I am using the Worldmark puters here in Las Vegas.  Checked the POD thread and was I surprised.  Most of the pics do not show and there is no red x to even indicate that there is a picture.

Makai Guy's post is red x.  Steve's 6/9 pics show just fine, Swift's 6/9 is there.  Lprstd shows up.  Kristin's 6/8 and everyone else's does not show until Rich M shows on 6/6.  Again, no red x.  Nothing to indicate that there is a picture there.  I went back to 5/31 and the pics aren't there.

Is this something to do with the puters here?  Just thought I would mention this.  I am going to check the banner thread to see if pics are there.

I see the 2 pics of Bill and the 5/25 pic posted by TugBrian.


----------



## TUGBrian (Jun 11, 2008)

I see most of hte pictures...but dougs new one is a red x for me also.

even when i try to cut/paste the pic link from imageshack it doesnt work.


----------



## TUGBrian (Jun 11, 2008)

actually if i let it sit there long enough...the picture starts to load just extremely slowly.  its been about 10 minutes and ive just gotten to the first bear!


----------



## swift (Jun 11, 2008)

TUGBrian said:


> actually if i let it sit there long enough...the picture starts to load just extremely slowly.  its been about 10 minutes and ive just gotten to the first bear!



Same thing happened to me this morning. All pictures loaded fine but Doug's took forever!!!


----------



## Makai Guy (Jun 11, 2008)

My bad.  I forgot to use a high-compression file format, so the file is about 1 meg.  I'll change it to a compressed format that should be more manageable.
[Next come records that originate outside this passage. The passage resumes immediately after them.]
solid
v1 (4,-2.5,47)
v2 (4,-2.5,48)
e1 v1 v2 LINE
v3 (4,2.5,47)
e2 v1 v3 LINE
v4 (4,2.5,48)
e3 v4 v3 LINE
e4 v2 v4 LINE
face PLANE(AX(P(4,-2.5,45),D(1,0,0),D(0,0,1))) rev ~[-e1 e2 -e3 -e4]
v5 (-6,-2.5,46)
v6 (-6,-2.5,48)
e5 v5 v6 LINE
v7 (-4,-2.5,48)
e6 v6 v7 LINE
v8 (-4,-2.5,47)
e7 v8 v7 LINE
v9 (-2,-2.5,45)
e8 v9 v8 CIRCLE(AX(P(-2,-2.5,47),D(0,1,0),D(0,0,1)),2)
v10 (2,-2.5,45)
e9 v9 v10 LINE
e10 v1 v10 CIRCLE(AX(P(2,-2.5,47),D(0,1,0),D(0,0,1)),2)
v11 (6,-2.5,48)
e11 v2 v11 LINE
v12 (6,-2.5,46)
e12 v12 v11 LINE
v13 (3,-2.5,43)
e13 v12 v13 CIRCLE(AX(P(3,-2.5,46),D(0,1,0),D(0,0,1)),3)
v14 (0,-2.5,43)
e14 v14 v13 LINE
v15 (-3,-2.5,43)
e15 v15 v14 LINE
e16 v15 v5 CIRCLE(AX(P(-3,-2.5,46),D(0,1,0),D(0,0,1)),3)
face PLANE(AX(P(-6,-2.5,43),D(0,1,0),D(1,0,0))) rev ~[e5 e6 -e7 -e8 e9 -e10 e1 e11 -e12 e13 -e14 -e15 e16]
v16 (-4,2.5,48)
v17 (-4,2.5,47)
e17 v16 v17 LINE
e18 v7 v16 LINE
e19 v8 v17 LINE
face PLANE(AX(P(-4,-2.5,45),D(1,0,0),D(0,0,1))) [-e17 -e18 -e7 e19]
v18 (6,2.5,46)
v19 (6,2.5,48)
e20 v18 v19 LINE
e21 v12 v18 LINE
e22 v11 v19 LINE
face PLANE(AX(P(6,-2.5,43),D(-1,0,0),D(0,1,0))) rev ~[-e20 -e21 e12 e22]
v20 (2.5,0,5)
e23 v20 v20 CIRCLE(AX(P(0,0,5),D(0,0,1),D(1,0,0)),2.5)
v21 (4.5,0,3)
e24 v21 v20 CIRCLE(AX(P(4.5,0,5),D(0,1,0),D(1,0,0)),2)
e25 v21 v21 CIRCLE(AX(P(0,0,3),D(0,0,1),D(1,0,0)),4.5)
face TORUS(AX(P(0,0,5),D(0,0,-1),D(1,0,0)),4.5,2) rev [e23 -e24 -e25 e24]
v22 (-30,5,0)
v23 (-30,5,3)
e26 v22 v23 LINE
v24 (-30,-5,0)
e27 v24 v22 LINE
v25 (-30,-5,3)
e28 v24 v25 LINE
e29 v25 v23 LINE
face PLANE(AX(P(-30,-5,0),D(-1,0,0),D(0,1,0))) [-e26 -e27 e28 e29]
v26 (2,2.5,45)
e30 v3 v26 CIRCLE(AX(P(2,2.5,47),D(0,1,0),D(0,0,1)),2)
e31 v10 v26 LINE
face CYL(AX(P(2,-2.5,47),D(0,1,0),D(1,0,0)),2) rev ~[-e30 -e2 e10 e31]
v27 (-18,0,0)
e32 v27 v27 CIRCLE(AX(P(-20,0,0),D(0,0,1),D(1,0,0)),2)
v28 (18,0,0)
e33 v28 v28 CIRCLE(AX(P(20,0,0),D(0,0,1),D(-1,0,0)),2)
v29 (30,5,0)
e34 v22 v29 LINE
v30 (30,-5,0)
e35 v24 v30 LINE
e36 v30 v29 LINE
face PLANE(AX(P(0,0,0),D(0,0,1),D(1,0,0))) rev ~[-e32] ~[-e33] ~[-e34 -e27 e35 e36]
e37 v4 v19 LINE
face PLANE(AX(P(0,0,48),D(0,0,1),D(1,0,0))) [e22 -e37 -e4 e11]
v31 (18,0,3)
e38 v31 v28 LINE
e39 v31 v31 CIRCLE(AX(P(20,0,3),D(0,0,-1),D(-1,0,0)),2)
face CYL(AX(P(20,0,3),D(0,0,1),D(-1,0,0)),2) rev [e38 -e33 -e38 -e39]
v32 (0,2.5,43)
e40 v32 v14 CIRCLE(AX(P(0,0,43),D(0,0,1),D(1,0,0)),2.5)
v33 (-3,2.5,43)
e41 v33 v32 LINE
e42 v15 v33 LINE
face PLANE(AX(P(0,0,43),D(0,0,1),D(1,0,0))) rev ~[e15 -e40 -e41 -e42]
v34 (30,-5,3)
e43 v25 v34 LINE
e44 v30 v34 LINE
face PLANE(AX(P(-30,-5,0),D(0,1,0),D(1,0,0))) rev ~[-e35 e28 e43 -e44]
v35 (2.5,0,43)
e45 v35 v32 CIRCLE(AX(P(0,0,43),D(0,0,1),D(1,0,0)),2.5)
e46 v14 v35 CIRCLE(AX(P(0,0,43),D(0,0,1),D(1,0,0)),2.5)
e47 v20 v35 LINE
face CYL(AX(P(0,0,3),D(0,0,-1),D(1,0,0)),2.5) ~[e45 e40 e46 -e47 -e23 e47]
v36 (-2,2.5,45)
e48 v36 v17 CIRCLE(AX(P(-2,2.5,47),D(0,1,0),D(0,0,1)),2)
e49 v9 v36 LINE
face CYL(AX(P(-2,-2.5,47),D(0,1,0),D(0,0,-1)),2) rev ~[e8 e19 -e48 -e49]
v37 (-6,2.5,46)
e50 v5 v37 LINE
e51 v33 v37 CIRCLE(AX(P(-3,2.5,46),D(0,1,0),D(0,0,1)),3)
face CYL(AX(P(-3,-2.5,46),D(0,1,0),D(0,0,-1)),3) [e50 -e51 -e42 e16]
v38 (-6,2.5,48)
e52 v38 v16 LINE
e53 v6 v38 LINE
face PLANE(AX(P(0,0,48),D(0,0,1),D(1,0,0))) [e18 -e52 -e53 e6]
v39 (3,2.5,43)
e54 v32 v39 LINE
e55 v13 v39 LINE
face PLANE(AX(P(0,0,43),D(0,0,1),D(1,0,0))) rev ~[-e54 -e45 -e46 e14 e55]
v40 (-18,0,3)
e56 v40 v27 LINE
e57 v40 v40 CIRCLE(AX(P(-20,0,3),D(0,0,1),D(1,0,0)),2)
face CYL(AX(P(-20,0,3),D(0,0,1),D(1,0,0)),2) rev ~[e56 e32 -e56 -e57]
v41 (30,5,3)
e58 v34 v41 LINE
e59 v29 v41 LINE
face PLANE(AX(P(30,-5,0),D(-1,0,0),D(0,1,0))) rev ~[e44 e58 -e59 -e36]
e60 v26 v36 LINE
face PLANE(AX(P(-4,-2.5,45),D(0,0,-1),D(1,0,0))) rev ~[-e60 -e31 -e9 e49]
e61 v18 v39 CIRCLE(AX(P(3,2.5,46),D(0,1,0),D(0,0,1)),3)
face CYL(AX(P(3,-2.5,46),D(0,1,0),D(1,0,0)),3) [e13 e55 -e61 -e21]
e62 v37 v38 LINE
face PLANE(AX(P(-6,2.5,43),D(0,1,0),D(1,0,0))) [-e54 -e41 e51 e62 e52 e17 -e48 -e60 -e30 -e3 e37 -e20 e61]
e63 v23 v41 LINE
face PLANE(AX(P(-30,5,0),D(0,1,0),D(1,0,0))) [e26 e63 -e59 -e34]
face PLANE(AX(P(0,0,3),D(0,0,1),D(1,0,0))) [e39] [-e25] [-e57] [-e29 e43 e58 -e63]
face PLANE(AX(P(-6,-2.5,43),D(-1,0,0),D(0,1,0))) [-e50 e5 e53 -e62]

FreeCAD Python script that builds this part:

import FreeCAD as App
import Part
import Sketcher
from FreeCAD import Vector
Q = App.Units.Quantity


def edges_at(feature, points):
    """Names of the edges that pass closest to the given points."""
    edges = feature.Shape.Edges
    near = lambda p: min(range(len(edges)), key=lambda i: edges[i].distToShape(Part.Vertex(*p))[0])
    return sorted({f"Edge{near(p) + 1}" for p in points})


def add_polygon(sketch, points):
    """Adds a closed chain of lines whose ends are joined by coincident constraints."""
    first, n = sketch.GeometryCount, len(points)
    for a, b in zip(points, points[1:] + points[:1]):
        sketch.addGeometry(Part.LineSegment(App.Vector(*a, 0), App.Vector(*b, 0)), False)
    for i in range(n):
        sketch.addConstraint(Sketcher.Constraint("Coincident", first + i, 2, first + (i + 1) % n, 1))

doc = App.newDocument("Part")
body = doc.addObject("PartDesign::Body", "Body")

sketch1 = body.newObject("Sketcher::SketchObject", "Sketch")
sketch1.AttachmentSupport = (doc.getObject("XY_Plane"), [""])
sketch1.MapMode = "FlatFace"
add_polygon(sketch1, [(-30, 5), (-30, -5), (30, -5), (30, 5)])
sketch1.addConstraint([
    Sketcher.Constraint("Vertical", 0),
    Sketcher.Constraint("Horizontal", 1),
    Sketcher.Constraint("Vertical", 2),
    Sketcher.Constraint("Horizontal", 3),
    Sketcher.Constraint("Symmetric", 0, 2, 2, 2, -1, 1),
    Sketcher.Constraint("DistanceX", 1, 1, 1, 2, Q("60 mm")),
    Sketcher.Constraint("DistanceY", 0, 2, 0, 1, Q("10 mm")),
])
pad1 = body.newObject("PartDesign::Pad", "Pad")
pad1.Profile = sketch1
pad1.Length = 3

sketch2 = body.newObject("Sketcher::SketchObject", "Sketch001")
sketch2.AttachmentSupport = (doc.getObject("XY_Plane"), [""])
sketch2.MapMode = "FlatFace"
sketch2.AttachmentOffset = App.Placement(Vector(0, 0, 3), App.Rotation())
sketch2.addGeometry(Part.Circle(Vector(-20, 0, 0), Vector(0, 0, 1), 2), False)
sketch2.addConstraint([
    Sketcher.Constraint("PointOnObject", 0, 3, -1),
    Sketcher.Constraint("Diameter", 0, Q("4 mm")),
    Sketcher.Constraint("DistanceX", 0, 3, -1, 1, Q("20 mm")),
])
pocket1 = body.newObject("PartDesign::Pocket", "Pocket")
pocket1.Profile = sketch2
pocket1.Type = "ThroughAll"
doc.recompute()

mirrored = body.newObject("PartDesign::Mirrored", "Mirrored")
mirrored.Originals = [pocket1]
mirrored.MirrorPlane = (doc.getObject("YZ_Plane"), [""])
body.Tip = mirrored

sketch3 = body.newObject("Sketcher::SketchObject", "Sketch002")
sketch3.AttachmentSupport = (doc.getObject("XY_Plane"), [""])
sketch3.MapMode = "FlatFace"
sketch3.AttachmentOffset = App.Placement(Vector(0, 0, 3), App.Rotation())
sketch3.addGeometry(Part.Circle(Vector(0, 0, 0), Vector(0, 0, 1), 2.5), False)
sketch3.addConstraint([
    Sketcher.Constraint("Coincident", 0, 3, -1, 1),
    Sketcher.Constraint("Diameter", 0, Q("5 mm")),
])
pad2 = body.newObject("PartDesign::Pad", "Pad001")
pad2.Profile = sketch3
pad2.Length = 40
doc.recompute()

fillet = body.newObject("PartDesign::Fillet", "Fillet")
fillet.Base = (pad2, edges_at(pad2, [(-2.5, 0, 3)]))
fillet.Radius = 2

sketch4 = body.newObject("Sketcher::SketchObject", "Sketch003")
sketch4.AttachmentSupport = (doc.getObject("XY_Plane"), [""])
sketch4.MapMode = "FlatFace"
sketch4.AttachmentOffset = App.Placement(Vector(0, 0, 43), App.Rotation())
add_polygon(sketch4, [(-6, 2.5), (-6, -2.5), (6, -2.5), (6, 2.5)])
sketch4.addConstraint([
    Sketcher.Constraint("Vertical", 0),
    Sketcher.Constraint("Horizontal", 1),
    Sketcher.Constraint("Vertical", 2),
    Sketcher.Constraint("Horizontal", 3),
    Sketcher.Constraint("Symmetric", 0, 2, 2, 2, -1, 1),
    Sketcher.Constraint("DistanceX", 1, 1, 1, 2, Q("12 mm")),
    Sketcher.Constraint("DistanceY", 0, 2, 0, 1, Q("5 mm")),
])
pad3 = body.newObject("PartDesign::Pad", "Pad002")
pad3.Profile = sketch4
pad3.Length = 5

sketch5 = body.newObject("Sketcher::SketchObject", "Sketch004")
sketch5.AttachmentSupport = (doc.getObject("XZ_Plane"), [""])
sketch5.MapMode = "FlatFace"
sketch5.AttachmentOffset = App.Placement(Vector(0, 0, 2.5), App.Rotation())
add_polygon(sketch5, [(-4, 48), (-4, 45), (4, 45), (4, 48)])
sketch5.addConstraint([
    Sketcher.Constraint("Vertical", 0),
    Sketcher.Constraint("Horizontal", 1),
    Sketcher.Constraint("Vertical", 2),
    Sketcher.Constraint("Horizontal", 3),
    Sketcher.Constraint("DistanceX", 1, 1, 1, 2, Q("8 mm")),
    Sketcher.Constraint("DistanceY", 0, 2, 0, 1, Q("3 mm")),
    Sketcher.Constraint("DistanceX", 0, 2, -1, 1, Q("4 mm")),
    Sketcher.Constraint("DistanceY", -1, 1, 0, 2, Q("45 mm")),
])
pocket2 = body.newObject("PartDesign::Pocket", "Pocket001")
pocket2.Profile = sketch5
pocket2.Type = "ThroughAll"
doc.recompute()

fillet2 = body.newObject("PartDesign::Fillet", "Fillet001")
fillet2.Base = (pocket2, edges_at(pocket2, [(4, 0, 45), (-4, 0, 45)]))
fillet2.Radius = 2
doc.recompute()

fillet3 = body.newObject("PartDesign::Fillet", "Fillet002")
fillet3.Base = (fillet2, edges_at(fillet2, [(-6, 0, 43), (6, 0, 43)]))
fillet3.Radius = 3

doc.recompute()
[Edited to add..]  Now it's a jpg about 78k in size.  There's some evidence of compression visible (notably around the water behind the little stick on the beach in the foreground) but I'm surprised at the detail remaining.


----------



## geoand (Jun 11, 2008)

The bear pics don't show and I have been here for well over 1/2 hour.  I was curious when only Steve's pics show immediately.  I failed to mention that I show last page first when I open the thread.  Since end of May, none of mine are showing.  I ran a speed test and the test showed that download was between 450 and 500 kpbs or whatever the letters were.  At home puter, I am generally closer to 1500 or is it 15000 using the same speed test.

Just thought it was curious that Steve's pictures are there when I scroll to them.  This includes when I go to previous pictures.  Maybe it is a speed thing, but how does Steve's pics get there so quickly?

Are there other folks in TUG land that can't see most of the pics if they have cable or dsl or other highspeed connection?


----------



## Makai Guy (Jun 11, 2008)

The ones that show instantly are probably still in you computer's local cache from a previous download.


----------